---------- RECORDS TO PROCESS

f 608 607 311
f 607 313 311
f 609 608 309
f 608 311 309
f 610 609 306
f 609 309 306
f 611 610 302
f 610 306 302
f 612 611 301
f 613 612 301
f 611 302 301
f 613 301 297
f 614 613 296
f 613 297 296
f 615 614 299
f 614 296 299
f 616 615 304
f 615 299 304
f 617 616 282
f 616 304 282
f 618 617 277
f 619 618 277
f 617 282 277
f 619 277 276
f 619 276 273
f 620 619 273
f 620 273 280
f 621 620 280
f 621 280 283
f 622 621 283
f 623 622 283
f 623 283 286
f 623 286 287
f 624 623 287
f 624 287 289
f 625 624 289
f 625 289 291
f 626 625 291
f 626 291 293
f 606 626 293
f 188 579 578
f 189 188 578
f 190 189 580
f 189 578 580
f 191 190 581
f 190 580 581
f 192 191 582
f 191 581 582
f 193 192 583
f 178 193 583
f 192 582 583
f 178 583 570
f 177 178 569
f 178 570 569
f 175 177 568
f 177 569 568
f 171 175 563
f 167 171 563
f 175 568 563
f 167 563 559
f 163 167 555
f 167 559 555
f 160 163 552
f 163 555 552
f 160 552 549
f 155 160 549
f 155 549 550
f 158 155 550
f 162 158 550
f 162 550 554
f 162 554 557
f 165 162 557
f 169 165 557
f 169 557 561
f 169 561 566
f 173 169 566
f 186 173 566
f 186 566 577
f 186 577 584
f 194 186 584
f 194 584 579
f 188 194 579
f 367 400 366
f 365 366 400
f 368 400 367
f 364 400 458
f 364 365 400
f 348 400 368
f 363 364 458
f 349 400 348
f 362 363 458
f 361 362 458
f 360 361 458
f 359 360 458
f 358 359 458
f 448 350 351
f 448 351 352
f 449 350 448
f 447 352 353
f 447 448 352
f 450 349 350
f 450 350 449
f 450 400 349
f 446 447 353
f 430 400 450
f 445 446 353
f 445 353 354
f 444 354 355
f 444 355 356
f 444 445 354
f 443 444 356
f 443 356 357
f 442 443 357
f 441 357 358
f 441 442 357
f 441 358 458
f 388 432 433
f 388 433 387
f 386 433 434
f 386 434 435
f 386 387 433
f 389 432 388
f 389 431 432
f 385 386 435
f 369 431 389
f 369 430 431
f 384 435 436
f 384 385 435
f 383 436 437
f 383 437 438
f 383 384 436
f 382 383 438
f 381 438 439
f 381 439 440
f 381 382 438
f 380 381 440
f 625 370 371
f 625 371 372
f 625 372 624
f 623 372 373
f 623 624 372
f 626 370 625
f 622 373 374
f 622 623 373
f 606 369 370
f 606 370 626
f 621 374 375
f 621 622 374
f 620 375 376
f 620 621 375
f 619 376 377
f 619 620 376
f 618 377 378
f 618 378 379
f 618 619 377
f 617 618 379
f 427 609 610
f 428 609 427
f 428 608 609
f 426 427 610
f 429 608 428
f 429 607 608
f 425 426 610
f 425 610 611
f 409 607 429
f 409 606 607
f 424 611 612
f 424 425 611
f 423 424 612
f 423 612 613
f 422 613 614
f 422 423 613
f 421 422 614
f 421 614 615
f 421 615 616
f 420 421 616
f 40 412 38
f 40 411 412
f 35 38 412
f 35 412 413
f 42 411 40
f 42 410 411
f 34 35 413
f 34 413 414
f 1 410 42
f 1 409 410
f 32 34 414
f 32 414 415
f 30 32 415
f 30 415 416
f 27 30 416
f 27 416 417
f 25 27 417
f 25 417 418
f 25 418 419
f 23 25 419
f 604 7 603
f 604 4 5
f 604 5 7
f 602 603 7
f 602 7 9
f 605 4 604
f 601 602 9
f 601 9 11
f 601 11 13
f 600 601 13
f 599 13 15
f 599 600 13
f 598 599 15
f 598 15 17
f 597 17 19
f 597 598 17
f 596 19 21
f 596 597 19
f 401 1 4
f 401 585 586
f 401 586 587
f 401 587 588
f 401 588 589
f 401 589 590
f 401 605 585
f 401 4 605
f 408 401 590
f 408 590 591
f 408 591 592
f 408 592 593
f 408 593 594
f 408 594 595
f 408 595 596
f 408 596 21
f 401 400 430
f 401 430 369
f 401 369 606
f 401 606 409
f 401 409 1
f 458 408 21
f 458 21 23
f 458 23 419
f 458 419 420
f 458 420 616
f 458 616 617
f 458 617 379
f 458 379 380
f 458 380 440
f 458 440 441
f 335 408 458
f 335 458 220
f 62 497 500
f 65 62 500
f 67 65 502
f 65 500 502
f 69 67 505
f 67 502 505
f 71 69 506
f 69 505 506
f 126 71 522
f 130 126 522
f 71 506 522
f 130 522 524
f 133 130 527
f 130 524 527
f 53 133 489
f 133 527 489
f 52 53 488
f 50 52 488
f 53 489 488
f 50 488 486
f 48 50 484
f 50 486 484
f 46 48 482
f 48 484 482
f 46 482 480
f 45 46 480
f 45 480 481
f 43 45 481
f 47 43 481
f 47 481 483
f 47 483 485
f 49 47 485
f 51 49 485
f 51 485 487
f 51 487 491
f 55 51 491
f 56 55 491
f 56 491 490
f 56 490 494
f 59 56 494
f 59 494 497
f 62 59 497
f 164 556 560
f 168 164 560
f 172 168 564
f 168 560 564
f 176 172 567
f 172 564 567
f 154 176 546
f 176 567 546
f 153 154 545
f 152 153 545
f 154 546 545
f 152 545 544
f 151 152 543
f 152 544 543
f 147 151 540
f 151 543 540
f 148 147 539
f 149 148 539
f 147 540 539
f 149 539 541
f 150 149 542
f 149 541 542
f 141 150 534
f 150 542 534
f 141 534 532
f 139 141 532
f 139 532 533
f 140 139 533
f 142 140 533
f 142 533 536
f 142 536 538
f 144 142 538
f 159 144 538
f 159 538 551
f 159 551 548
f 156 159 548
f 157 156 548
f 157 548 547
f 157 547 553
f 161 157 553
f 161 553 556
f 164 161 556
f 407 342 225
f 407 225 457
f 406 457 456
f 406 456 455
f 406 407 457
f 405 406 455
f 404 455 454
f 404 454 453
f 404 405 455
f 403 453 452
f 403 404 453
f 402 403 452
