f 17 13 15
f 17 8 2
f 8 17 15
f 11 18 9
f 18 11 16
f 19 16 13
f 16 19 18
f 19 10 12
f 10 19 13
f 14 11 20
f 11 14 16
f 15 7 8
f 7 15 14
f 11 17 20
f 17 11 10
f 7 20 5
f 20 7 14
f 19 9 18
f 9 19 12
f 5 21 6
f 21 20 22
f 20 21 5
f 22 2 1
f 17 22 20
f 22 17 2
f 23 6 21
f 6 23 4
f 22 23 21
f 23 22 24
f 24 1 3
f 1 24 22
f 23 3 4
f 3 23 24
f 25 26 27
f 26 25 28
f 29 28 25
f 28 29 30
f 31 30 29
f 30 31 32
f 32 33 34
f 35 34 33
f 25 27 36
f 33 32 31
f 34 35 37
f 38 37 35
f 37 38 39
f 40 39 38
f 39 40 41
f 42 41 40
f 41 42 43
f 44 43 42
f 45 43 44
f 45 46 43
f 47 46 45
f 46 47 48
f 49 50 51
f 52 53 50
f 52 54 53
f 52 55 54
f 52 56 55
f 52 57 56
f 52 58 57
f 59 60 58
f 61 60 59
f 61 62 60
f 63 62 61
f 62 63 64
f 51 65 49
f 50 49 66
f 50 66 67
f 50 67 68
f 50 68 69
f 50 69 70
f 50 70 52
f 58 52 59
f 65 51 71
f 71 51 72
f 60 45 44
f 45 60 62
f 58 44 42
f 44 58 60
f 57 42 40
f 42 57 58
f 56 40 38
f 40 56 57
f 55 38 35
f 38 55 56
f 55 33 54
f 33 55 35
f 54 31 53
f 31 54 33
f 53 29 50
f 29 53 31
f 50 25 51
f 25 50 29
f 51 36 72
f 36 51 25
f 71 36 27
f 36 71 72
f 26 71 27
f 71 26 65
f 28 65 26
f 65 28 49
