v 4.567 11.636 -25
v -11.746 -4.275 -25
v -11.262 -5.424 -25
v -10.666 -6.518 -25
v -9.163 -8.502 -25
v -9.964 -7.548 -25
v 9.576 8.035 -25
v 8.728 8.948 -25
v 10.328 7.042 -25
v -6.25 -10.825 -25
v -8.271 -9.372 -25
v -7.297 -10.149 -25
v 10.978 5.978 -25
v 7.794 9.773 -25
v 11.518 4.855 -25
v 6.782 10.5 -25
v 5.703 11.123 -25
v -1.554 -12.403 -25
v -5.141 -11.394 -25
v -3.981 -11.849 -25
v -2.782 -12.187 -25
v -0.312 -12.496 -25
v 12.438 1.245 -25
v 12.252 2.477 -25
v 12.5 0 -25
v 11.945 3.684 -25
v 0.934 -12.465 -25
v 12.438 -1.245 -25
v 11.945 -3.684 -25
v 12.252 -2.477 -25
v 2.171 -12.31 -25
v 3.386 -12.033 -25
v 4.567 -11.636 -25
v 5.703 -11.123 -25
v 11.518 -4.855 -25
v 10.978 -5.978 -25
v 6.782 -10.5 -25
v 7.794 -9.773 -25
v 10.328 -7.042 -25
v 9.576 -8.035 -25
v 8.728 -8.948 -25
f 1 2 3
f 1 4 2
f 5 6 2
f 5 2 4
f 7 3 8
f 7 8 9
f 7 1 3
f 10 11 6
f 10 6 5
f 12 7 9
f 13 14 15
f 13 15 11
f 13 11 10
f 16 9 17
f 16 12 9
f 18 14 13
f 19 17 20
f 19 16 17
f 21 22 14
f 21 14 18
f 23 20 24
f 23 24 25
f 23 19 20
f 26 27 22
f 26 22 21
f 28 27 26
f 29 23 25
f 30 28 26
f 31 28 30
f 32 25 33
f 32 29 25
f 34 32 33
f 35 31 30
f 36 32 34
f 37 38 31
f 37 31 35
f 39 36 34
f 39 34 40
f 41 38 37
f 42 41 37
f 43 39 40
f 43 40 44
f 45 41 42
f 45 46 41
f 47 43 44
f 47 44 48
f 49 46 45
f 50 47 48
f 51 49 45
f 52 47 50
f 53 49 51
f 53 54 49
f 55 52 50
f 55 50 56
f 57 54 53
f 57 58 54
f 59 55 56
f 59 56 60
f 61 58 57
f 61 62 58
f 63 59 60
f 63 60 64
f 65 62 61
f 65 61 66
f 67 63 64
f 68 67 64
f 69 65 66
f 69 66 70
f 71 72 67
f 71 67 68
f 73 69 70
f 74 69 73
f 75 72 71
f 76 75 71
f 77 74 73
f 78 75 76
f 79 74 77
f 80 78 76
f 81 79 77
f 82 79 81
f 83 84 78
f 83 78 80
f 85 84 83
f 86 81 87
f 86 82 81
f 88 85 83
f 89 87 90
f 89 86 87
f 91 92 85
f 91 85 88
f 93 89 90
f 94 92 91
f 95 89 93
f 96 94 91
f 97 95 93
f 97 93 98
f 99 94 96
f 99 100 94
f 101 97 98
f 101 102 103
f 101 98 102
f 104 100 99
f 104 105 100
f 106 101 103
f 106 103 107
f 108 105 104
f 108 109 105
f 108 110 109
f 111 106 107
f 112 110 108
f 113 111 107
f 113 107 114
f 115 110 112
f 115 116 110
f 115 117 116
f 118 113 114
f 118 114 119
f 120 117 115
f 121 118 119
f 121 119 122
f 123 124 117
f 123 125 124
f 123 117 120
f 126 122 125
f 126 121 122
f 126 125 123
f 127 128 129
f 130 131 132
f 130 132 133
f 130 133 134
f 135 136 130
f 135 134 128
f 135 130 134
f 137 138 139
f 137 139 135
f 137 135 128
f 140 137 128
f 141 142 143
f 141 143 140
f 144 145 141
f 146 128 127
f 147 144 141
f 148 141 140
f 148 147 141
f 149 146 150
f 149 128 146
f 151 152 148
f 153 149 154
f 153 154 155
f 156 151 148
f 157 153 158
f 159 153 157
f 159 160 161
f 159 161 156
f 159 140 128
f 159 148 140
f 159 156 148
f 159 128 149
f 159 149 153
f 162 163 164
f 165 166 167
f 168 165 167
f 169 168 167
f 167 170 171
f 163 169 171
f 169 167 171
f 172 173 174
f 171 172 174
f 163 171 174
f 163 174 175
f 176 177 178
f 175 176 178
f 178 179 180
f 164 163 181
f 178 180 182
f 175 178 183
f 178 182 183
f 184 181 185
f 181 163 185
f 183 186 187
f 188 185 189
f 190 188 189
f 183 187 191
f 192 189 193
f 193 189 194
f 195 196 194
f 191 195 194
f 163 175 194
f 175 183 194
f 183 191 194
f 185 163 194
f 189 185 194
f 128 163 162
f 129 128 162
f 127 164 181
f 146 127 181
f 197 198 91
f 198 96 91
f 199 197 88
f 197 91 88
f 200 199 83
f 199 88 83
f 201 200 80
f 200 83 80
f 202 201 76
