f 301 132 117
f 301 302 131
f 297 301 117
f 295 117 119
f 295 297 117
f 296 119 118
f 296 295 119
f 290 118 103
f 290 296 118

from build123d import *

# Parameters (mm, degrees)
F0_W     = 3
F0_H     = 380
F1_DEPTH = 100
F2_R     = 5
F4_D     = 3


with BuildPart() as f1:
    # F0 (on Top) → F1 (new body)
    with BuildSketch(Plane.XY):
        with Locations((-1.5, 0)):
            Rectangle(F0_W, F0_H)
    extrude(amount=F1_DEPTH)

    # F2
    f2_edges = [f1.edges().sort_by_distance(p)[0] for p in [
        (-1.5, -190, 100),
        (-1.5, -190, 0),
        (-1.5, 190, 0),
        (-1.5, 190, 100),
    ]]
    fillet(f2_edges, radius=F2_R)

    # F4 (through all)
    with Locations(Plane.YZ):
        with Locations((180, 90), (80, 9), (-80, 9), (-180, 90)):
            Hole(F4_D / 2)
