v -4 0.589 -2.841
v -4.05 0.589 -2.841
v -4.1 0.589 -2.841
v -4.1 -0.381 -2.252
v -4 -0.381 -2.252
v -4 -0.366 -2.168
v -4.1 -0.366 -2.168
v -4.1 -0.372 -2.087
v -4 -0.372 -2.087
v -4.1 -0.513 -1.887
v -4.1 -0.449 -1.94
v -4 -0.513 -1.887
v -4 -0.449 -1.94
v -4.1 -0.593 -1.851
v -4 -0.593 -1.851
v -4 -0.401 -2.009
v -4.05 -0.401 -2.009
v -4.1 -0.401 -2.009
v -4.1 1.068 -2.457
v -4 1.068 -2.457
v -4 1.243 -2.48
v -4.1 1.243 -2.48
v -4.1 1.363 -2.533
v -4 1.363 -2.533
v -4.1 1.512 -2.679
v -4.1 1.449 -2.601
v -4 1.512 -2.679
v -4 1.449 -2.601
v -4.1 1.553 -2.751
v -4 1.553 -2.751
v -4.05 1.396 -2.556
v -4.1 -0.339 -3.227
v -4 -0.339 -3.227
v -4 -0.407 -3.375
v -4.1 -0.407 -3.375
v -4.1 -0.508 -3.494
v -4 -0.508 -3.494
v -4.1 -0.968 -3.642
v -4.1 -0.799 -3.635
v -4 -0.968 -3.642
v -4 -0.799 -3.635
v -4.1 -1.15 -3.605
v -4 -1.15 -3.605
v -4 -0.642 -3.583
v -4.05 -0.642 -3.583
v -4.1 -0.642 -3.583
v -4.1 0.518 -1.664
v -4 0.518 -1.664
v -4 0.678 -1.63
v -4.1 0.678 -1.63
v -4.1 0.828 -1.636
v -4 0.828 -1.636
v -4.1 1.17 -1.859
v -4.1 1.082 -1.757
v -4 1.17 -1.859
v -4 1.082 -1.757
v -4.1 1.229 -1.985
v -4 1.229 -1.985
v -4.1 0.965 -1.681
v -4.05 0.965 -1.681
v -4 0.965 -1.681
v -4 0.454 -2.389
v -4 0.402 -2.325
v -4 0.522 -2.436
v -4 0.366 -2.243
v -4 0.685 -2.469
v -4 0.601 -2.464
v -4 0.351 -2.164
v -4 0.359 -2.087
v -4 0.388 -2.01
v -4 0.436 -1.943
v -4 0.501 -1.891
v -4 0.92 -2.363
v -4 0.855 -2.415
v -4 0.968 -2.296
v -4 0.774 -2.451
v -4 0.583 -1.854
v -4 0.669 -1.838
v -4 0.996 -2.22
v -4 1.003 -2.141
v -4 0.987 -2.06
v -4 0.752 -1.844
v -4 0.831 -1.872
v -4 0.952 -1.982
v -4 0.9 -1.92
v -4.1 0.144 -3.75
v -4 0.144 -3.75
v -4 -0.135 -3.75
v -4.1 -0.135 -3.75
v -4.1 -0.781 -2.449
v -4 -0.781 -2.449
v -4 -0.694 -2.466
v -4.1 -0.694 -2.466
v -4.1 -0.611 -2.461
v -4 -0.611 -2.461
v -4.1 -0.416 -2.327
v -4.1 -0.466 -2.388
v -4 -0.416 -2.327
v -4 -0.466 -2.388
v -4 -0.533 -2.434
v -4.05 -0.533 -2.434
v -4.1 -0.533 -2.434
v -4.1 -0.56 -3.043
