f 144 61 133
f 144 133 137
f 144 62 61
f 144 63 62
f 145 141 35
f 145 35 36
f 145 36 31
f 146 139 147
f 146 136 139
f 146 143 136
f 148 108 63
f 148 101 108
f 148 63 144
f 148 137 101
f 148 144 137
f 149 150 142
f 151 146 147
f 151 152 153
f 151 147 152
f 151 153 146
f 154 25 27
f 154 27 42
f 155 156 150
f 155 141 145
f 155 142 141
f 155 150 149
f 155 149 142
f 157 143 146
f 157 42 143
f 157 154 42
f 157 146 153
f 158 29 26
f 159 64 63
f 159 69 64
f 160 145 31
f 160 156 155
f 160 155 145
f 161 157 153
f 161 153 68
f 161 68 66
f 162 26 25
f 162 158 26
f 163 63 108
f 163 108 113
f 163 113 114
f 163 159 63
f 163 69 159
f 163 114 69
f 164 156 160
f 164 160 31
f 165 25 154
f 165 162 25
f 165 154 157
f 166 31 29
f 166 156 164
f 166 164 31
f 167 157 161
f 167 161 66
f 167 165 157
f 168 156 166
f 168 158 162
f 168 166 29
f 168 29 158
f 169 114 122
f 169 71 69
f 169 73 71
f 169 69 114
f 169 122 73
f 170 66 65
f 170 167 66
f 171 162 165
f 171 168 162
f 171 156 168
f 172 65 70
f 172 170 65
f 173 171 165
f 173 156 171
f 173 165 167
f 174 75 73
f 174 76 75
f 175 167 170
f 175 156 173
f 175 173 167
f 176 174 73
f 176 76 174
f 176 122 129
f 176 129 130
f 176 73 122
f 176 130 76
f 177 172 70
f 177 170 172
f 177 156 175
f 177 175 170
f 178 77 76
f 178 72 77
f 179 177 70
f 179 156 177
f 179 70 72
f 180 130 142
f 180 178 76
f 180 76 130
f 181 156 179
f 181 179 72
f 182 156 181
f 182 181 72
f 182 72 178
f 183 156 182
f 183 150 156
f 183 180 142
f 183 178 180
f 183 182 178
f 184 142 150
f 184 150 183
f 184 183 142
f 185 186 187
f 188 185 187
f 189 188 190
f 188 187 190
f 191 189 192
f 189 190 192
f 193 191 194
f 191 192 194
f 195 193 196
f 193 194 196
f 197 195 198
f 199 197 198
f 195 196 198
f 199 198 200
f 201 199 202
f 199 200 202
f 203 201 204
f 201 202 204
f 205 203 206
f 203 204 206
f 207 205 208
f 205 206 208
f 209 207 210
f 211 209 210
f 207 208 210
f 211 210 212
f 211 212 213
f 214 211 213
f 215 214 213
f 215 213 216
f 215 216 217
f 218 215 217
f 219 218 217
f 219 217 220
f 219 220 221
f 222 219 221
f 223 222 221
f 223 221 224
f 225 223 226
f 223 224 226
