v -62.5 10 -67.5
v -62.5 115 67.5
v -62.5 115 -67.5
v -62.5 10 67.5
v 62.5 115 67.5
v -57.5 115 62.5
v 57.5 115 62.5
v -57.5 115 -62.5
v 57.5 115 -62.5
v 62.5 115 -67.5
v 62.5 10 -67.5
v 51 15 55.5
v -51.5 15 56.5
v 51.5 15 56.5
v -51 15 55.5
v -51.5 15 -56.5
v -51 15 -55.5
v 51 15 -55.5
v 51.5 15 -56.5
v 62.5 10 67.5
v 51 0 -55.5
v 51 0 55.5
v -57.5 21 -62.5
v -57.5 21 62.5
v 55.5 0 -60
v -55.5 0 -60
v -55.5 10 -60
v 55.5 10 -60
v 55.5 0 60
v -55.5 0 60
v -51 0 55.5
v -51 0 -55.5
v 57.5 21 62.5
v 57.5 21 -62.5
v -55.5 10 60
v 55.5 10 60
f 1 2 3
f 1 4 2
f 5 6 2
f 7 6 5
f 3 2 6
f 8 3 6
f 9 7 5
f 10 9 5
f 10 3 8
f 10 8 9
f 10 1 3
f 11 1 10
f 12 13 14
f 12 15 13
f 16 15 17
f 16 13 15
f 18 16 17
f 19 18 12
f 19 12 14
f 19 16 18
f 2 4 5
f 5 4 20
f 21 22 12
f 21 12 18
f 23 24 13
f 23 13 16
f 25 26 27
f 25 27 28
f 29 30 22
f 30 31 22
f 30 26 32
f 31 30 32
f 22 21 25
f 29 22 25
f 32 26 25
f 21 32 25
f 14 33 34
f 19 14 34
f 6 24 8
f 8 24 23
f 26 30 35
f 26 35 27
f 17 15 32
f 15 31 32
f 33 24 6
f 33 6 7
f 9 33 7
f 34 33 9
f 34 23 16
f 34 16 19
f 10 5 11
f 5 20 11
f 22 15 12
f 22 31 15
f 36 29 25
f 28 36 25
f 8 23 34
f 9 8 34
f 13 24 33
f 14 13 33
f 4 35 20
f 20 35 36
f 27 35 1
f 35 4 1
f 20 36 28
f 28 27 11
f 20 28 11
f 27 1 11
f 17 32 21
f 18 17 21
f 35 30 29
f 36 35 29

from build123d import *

# Parameters (mm, degrees)
SKETCH1_W           = 111
SKETCH1_H           = 120
SKETCH1_W_2         = 102
SKETCH1_H_2         = 111
BOSS_EXTRUDE1_DEPTH = 10
SKETCH2_W           = 125
SKETCH2_H           = 135
SKETCH2_W_2         = 102
SKETCH2_H_2         = 111
BOSS_EXTRUDE2_DEPTH = 5
SKETCH4_W           = 125
SKETCH4_H           = 135
SKETCH4_W_2         = 115
SKETCH4_H_2         = 125
BOSS_EXTRUDE4_DEPTH = 100
CHAMFER1_SIZE       = 6


with BuildPart() as part:
    # Sketch1 → Boss-Extrude1 (new body)
    with BuildSketch(Plane(origin=(0, 0, 0), x_dir=(1, 0, 0), z_dir=(0, 1, 0))):
        Rectangle(SKETCH1_W, SKETCH1_H)
        Rectangle(SKETCH1_W_2, SKETCH1_H_2, mode=Mode.SUBTRACT)
    extrude(amount=BOSS_EXTRUDE1_DEPTH)

    # Sketch2 → Boss-Extrude2 (add)
    with BuildSketch(Plane(origin=(0, 10, 0), x_dir=(1, 0, 0), z_dir=(0, 1, 0))):
        Rectangle(SKETCH2_W, SKETCH2_H)
        Rectangle(SKETCH2_W_2, SKETCH2_H_2, mode=Mode.SUBTRACT)
    extrude(amount=BOSS_EXTRUDE2_DEPTH)

    # Sketch4 → Boss-Extrude4 (add)
    with BuildSketch(Plane(origin=(0, 15, 0), x_dir=(1, 0, 0), z_dir=(0, 1, 0))):
        Rectangle(SKETCH4_W, SKETCH4_H)
        Rectangle(SKETCH4_W_2, SKETCH4_H_2, mode=Mode.SUBTRACT)
    extrude(amount=BOSS_EXTRUDE4_DEPTH)

    # Chamfer1
    chamfer1_edges = [part.edges().sort_by_distance(p)[0] for p in [
        (0, 15, -62.5),
        (-57.5, 15, 0),
        (0, 15, 62.5),
        (57.5, 15, 0),
    ]]
    chamfer(chamfer1_edges, length=CHAMFER1_SIZE)


solid = part.part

--------------------

> _WHAT YOU WILL DO_:
After locating the line holding "f 177 172 70" above, output exactly that line and every line after it through the line holding "f 183 178 180". Include nothing else.

> _RESPONSE_:
f 177 172 70
f 177 170 172
f 177 156 175
f 177 175 170
f 178 77 76
f 178 72 77
f 179 177 70
f 179 156 177
f 179 70 72
f 180 130 142
f 180 178 76
f 180 76 130
f 181 156 179
f 181 179 72
f 182 156 181
f 182 181 72
f 182 72 178
f 183 156 182
f 183 150 156
f 183 180 142
f 183 178 180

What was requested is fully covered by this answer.